# Milling Vise Stop



## T. J. (Nov 25, 2017)

This is my first project on the milling machine!


----------



## Asm109 (Nov 25, 2017)

Very nice. I can't tell by the picture but add a compression spring around the screw if you don't have one all ready.  Drill a pocket on the untapped side to hold the spring.


----------



## Hukshawn (Nov 25, 2017)

Ohh, stolen. I like it!


----------



## Terrywerm (Nov 25, 2017)

Nice work, TJ. It is not really a standard design, but nobody ever said that it needs to be. Not only that, I rather like it!


----------



## benmychree (Nov 25, 2017)

Aloris makes a stop to be used on their QC tool holder blocks that works well on mill vises as well, it just needs a 3/8 NC tapped hole on the side of the vise, and the parts for the stop are very easy to make.


----------



## T. J. (Nov 25, 2017)

terrywerm said:


> Nice work, TJ. It is not really a standard design, but nobody ever said that it needs to be. Not only that, I rather like it!
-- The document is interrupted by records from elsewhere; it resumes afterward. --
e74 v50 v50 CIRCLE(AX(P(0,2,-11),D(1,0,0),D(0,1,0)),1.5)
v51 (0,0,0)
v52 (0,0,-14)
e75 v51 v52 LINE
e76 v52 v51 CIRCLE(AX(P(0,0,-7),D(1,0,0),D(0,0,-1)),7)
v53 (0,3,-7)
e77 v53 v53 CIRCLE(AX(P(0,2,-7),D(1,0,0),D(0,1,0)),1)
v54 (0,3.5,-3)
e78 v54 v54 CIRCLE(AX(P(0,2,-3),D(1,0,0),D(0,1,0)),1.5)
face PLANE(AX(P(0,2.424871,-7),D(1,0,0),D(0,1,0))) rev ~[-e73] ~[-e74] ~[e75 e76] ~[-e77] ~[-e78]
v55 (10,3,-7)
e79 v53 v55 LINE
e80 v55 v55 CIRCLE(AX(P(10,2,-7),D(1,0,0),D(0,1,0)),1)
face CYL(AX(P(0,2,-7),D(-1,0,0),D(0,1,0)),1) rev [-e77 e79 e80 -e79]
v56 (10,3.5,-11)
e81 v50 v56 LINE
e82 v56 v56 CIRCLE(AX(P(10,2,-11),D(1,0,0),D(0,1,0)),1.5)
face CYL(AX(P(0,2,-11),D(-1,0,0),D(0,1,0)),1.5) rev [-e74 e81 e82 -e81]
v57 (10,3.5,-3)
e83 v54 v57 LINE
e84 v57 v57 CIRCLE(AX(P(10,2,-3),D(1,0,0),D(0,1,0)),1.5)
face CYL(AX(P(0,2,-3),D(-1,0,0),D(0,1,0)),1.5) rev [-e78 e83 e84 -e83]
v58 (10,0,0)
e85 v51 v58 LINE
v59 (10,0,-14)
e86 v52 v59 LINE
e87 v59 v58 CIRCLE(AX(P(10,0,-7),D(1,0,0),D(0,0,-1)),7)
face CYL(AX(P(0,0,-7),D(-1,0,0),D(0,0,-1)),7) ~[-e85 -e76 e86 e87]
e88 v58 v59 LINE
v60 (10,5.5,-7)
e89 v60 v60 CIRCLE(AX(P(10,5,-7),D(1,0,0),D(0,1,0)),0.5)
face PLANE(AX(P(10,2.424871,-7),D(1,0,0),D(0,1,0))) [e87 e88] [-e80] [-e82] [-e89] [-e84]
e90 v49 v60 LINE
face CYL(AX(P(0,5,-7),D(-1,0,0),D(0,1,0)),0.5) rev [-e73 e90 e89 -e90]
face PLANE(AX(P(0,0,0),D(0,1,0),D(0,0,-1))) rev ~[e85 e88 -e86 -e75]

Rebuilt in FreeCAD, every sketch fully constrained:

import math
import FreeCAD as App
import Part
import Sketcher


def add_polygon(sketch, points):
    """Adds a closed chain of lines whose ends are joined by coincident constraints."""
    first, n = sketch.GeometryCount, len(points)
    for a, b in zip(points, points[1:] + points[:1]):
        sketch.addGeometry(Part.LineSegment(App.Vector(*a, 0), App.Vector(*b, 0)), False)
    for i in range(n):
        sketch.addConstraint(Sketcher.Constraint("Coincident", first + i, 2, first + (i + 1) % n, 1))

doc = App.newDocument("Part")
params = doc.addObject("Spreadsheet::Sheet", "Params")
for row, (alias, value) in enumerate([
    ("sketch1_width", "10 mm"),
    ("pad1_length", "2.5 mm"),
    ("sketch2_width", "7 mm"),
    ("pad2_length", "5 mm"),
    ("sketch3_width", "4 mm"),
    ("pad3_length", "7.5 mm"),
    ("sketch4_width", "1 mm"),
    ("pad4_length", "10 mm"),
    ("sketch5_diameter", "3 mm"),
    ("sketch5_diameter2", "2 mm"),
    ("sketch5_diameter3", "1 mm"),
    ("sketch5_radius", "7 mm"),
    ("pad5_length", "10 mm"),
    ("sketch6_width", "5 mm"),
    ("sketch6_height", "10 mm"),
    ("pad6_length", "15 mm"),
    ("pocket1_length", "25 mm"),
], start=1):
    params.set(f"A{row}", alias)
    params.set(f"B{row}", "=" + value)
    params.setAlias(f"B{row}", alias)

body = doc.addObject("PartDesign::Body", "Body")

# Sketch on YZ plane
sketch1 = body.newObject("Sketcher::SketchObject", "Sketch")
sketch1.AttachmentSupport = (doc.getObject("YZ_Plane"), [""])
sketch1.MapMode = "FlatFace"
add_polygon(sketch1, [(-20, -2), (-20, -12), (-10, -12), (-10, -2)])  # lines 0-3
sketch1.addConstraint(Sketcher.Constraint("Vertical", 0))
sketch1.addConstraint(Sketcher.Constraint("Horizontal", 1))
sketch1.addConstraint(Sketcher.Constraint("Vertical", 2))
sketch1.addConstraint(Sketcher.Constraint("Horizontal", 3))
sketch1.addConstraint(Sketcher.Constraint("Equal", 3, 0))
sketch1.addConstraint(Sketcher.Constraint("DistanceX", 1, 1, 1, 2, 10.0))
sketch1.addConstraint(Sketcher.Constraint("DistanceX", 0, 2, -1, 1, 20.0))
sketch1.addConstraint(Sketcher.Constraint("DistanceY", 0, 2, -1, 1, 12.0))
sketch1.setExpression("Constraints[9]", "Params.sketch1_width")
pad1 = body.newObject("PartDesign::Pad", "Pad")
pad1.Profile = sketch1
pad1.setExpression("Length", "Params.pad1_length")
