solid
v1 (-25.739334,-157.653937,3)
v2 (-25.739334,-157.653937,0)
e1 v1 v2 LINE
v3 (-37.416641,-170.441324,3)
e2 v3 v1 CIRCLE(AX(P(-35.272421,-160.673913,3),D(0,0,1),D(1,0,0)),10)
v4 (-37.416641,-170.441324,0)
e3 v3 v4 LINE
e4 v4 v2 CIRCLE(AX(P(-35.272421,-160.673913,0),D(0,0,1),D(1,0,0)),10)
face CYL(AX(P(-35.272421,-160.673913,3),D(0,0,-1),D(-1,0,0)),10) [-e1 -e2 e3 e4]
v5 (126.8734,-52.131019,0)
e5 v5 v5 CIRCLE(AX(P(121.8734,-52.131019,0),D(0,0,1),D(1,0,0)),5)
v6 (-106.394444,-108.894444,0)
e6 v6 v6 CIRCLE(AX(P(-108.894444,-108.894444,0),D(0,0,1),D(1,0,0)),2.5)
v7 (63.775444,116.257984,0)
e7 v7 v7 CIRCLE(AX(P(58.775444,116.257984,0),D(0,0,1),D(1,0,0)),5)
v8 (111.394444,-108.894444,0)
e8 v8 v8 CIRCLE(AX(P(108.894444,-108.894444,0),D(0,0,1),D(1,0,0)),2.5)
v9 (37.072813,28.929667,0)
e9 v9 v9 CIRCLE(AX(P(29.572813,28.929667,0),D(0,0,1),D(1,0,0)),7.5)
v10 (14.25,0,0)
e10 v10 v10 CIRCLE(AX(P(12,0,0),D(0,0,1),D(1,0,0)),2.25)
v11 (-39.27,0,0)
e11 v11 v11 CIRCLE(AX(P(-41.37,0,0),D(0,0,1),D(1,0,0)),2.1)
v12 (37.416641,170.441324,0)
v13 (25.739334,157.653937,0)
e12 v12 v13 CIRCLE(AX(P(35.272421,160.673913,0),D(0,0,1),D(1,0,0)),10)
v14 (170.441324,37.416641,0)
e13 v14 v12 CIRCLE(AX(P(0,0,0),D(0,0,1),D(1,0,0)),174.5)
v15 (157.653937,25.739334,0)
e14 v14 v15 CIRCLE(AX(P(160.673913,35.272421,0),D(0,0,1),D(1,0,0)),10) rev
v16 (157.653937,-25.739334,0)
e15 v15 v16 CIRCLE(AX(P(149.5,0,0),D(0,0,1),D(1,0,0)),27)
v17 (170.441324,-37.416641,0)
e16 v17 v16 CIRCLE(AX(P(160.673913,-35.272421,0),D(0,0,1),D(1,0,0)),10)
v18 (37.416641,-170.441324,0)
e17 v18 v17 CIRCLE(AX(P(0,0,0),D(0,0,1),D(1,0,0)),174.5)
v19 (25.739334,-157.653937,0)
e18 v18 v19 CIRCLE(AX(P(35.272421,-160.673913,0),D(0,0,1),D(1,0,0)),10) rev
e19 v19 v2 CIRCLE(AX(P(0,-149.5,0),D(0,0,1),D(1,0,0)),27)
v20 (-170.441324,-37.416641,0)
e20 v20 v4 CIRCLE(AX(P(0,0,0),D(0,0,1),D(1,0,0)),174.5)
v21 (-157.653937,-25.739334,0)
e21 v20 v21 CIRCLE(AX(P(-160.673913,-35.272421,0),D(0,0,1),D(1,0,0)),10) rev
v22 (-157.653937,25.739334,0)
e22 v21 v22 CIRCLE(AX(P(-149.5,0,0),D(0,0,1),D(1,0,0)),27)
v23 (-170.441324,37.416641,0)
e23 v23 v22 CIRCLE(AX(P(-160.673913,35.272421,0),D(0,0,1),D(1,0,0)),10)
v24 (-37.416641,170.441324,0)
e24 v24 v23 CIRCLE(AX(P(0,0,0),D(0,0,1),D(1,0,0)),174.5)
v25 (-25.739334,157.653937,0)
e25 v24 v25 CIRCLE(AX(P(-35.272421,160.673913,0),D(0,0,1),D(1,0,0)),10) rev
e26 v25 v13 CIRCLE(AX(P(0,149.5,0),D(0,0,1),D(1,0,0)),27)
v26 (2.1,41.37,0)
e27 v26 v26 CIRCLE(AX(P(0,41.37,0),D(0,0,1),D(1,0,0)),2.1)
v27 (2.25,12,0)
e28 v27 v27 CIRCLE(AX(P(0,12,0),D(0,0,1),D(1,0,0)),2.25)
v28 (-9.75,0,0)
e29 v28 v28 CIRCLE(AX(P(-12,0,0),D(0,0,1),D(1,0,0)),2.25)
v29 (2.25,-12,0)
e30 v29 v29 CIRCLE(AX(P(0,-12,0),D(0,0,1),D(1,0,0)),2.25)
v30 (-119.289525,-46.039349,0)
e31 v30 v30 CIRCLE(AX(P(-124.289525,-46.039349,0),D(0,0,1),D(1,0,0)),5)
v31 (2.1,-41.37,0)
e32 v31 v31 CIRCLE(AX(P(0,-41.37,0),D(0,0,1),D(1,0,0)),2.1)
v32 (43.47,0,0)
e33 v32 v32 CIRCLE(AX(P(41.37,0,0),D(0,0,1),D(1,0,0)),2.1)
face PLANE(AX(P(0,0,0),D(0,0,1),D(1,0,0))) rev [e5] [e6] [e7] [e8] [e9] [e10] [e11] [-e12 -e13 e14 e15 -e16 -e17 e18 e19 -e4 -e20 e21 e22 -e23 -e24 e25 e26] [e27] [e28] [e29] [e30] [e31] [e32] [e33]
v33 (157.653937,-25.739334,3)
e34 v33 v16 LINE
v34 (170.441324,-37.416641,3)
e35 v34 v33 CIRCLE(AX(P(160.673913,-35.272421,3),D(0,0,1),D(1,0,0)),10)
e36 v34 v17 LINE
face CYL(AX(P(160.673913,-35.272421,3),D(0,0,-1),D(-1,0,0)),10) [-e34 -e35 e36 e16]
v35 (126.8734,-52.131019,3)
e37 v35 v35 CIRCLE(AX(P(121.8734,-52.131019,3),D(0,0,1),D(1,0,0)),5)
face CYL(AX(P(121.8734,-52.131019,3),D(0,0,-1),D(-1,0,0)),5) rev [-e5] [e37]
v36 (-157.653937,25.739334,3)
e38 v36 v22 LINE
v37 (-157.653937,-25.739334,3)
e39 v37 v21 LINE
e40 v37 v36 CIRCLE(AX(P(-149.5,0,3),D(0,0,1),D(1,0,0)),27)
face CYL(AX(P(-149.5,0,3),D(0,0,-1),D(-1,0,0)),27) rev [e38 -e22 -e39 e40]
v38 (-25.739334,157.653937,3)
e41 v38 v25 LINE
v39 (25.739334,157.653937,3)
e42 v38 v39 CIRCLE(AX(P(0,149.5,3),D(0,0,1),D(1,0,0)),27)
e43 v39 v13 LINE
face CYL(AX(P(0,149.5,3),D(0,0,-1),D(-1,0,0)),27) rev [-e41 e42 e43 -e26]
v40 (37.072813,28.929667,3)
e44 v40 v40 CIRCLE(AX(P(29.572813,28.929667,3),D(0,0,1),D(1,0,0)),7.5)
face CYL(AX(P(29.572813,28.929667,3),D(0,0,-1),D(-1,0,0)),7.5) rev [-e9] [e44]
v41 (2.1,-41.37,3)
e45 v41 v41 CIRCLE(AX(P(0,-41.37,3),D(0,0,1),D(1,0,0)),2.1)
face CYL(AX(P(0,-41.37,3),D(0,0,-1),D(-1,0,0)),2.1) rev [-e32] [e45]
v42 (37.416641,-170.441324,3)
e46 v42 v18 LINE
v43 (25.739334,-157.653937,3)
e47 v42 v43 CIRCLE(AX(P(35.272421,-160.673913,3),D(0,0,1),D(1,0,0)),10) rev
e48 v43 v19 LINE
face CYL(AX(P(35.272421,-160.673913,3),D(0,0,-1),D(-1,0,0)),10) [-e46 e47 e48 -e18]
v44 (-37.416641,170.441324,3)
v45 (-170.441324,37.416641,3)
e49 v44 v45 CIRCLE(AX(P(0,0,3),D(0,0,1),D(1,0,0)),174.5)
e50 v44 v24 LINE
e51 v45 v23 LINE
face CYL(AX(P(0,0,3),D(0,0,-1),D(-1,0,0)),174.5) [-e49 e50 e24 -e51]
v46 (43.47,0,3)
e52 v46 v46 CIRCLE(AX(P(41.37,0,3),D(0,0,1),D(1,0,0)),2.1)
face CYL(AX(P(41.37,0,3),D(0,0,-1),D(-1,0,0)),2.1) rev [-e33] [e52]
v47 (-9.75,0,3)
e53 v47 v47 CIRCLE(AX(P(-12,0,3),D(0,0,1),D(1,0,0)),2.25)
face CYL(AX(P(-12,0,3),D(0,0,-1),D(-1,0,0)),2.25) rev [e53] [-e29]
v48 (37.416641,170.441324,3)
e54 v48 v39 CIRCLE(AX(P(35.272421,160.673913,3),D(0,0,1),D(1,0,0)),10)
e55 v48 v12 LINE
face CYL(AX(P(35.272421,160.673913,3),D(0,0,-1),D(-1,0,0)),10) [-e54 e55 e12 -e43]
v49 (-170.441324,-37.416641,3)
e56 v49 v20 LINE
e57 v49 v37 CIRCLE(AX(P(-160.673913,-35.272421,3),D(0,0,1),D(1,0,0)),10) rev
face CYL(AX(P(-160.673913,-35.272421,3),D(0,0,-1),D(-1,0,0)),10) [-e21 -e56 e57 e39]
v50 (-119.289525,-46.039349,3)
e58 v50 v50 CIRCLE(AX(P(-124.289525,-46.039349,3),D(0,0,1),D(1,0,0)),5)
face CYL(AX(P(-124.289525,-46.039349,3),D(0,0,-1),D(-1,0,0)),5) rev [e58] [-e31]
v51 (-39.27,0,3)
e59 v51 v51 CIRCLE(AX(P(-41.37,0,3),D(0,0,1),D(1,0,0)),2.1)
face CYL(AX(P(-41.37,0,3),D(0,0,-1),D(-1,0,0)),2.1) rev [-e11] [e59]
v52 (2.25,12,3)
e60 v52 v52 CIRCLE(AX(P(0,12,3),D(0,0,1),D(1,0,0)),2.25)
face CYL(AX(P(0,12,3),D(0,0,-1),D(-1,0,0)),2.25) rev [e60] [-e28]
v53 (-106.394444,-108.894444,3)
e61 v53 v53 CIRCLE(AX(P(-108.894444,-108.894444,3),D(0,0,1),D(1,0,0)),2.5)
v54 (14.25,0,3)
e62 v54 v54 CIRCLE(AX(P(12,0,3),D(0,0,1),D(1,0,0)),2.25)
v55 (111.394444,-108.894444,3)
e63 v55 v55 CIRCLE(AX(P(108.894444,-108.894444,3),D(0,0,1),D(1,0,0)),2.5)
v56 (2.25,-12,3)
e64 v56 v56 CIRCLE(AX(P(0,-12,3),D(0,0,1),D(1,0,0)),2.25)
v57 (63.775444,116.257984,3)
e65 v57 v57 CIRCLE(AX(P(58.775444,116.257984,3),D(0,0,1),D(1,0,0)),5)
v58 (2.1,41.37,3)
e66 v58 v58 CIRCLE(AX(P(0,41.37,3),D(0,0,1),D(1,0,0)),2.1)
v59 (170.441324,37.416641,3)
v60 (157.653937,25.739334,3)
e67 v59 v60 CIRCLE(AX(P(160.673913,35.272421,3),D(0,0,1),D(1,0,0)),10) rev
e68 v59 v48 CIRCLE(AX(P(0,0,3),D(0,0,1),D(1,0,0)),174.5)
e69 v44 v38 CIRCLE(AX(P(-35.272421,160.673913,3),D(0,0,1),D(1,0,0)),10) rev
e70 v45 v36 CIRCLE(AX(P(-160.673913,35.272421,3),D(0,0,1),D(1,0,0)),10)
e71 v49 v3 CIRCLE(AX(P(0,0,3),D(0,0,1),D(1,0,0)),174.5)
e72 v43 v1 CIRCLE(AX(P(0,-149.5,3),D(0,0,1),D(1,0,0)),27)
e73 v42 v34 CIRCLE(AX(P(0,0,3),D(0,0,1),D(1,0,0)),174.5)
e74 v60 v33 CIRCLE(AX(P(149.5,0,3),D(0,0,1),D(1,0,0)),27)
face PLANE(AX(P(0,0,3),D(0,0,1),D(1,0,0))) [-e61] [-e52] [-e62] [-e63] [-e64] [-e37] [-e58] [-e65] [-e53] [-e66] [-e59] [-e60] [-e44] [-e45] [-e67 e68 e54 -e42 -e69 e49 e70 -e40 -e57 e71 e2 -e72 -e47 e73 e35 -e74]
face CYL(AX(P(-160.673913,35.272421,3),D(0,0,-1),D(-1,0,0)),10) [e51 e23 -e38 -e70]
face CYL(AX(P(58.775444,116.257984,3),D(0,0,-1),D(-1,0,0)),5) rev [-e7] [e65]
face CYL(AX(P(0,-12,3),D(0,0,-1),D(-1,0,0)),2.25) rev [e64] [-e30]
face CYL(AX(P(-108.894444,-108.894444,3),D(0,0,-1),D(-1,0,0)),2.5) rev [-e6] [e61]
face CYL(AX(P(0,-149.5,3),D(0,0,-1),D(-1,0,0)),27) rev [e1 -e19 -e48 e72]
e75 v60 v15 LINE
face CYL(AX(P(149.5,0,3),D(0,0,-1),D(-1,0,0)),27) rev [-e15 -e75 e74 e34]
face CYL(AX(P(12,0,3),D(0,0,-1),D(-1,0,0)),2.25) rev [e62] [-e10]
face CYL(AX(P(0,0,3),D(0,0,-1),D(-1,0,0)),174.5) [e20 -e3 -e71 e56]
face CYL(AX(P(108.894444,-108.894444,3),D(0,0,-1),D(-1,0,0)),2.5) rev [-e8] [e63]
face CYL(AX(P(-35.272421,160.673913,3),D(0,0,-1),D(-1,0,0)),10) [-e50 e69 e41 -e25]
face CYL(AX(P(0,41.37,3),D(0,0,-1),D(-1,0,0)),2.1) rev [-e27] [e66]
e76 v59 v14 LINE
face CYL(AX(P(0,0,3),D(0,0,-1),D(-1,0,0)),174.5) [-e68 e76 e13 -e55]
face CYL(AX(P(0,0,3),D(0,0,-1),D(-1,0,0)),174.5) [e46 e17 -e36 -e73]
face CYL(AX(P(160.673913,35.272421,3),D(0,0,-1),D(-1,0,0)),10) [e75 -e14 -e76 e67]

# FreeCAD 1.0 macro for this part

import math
import FreeCAD as App
import Part
import Sketcher

V = App.Vector
Q = App.Units.Quantity

doc = App.newDocument("Part")
body = doc.addObject("PartDesign::Body", "Body")

sketch1 = body.newObject("Sketcher::SketchObject", "Sketch")
sketch1.AttachmentSupport = (doc.getObject("XY_Plane"), [""])
sketch1.MapMode = "FlatFace"
sketch1.addGeometry(Part.ArcOfCircle(Part.Circle(V(-160.7, -35.3, 0), V(0, 0, 1), 10), math.radians(72), math.radians(192)), False)
sketch1.addGeometry(Part.ArcOfCircle(Part.Circle(V(0, 0, 0), V(0, 0, 1), 174.5), math.radians(-168), math.radians(-102)), False)
sketch1.addGeometry(Part.ArcOfCircle(Part.Circle(V(-35.3, -160.7, 0), V(0, 0, 1), 10), math.radians(-102), math.radians(18)), False)
sketch1.addGeometry(Part.ArcOfCircle(Part.Circle(V(0, -149.5, 0), V(0, 0, 1), 27), math.radians(-18), math.radians(198)), False)
sketch1.addGeometry(Part.ArcOfCircle(Part.Circle(V(35.3, -160.7, 0), V(0, 0, 1), 10), math.radians(162), math.radians(282)), False)
sketch1.addGeometry(Part.ArcOfCircle(Part.Circle(V(0, 0, 0), V(0, 0, 1), 174.5), math.radians(-78), math.radians(-12)), False)
sketch1.addGeometry(Part.ArcOfCircle(Part.Circle(V(160.7, -35.3, 0), V(0, 0, 1), 10), math.radians(-12), math.radians(108)), False)
sketch1.addGeometry(Part.ArcOfCircle(Part.Circle(V(149.5, 0, 0), V(0, 0, 1), 27), math.radians(72), math.radians(288)), False)
sketch1.addGeometry(Part.ArcOfCircle(Part.Circle(V(160.7, 35.3, 0), V(0, 0, 1), 10), math.radians(-108), math.radians(12)), False)
sketch1.addGeometry(Part.ArcOfCircle(Part.Circle(V(0, 0, 0), V(0, 0, 1), 174.5), math.radians(12), math.radians(78)), False)
sketch1.addGeometry(Part.ArcOfCircle(Part.Circle(V(35.3, 160.7, 0), V(0, 0, 1), 10), math.radians(78), math.radians(198)), False)
sketch1.addGeometry(Part.ArcOfCircle(Part.Circle(V(0, 149.5, 0), V(0, 0, 1), 27), math.radians(162), math.radians(378)), False)
sketch1.addGeometry(Part.ArcOfCircle(Part.Circle(V(-35.3, 160.7, 0), V(0, 0, 1), 10), math.radians(-18), math.radians(102)), False)
sketch1.addGeometry(Part.ArcOfCircle(Part.Circle(V(0, 0, 0), V(0, 0, 1), 174.5), math.radians(102), math.radians(168)), False)
sketch1.addGeometry(Part.ArcOfCircle(Part.Circle(V(-160.7, 35.3, 0), V(0, 0, 1), 10), math.radians(168), math.radians(288)), False)
sketch1.addGeometry(Part.ArcOfCircle(Part.Circle(V(-149.5, 0, 0), V(0, 0, 1), 27), math.radians(-108), math.radians(108)), False)
sketch1.addGeometry(Part.Circle(V(-108.9, -108.9, 0), V(0, 0, 1), 2.5), False)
Thanks Terry. I've seen them used by a couple of YouTube guys and this is my interpretation of their designs. 



Asm109 said:


> Very nice. I can't tell by the picture but add a compression spring around the screw if you don't have one all ready.  Drill a pocket on the untapped side to hold the spring.



I'll have to look at that. I might not have allowed enough space around the screw...


----------



## barnett (Nov 25, 2017)

Very nice! My to-do list is getting longer .


----------



## brino (Nov 26, 2017)

T.J.,

Thanks for sharing this, I have been thinking about making one for my (new to me) vise.
Yours turned out great!

-brino


----------



## 34_40 (Nov 26, 2017)

I've never seen that before.  But I believe I need to add one into my box now.  
I'll copy yours for sure!


----------



## Asm109 (Nov 26, 2017)

Or buy one.
https://www.mscdirect.com/product/details/56450521


----------



## Billh51 (Nov 26, 2017)

Nice work T J. I think you will find your stop very useful at times. I made one that's somewhat similar a while back and I use mine quite a bit.


----------



## Terrywerm (Nov 26, 2017)

I had only ever seen work stops of this type before:  




I have to admit that I like this clamp on style better for most work so will be making one soon.


----------



## Railin93 (Nov 26, 2017)

Asm109 said:


> Or buy one.
> https://www.mscdirect.com/product/details/56450521


Takes the fun out of it


----------



## brav65 (Nov 26, 2017)

Asm109 said:


> Or buy one.
> https://www.mscdirect.com/product/details/56450521



Why on God’s green earth would he buy one when he can buy a bunch of expensive tools and make one?


----------



## EmilioG (Nov 26, 2017)

I like the 5 axis stops., but these little ones are great too. Nice work. Looks good.
It's more enjoyable to use a tool that one makes.


----------



## benmychree (Jun 3, 2018)

I'd think the knurled knob would be better replaced with an Allen capscrew, it would not be hard to move the stop if it got accidently bumped, being just finger(s)  tightened.


----------



## T. J. (Jun 4, 2018)

benmychree said:


> I'd think the knurled knob would be better replaced with an Allen capscrew, it would not be hard to move the stop if it got accidently bumped, being just finger(s)  tightened.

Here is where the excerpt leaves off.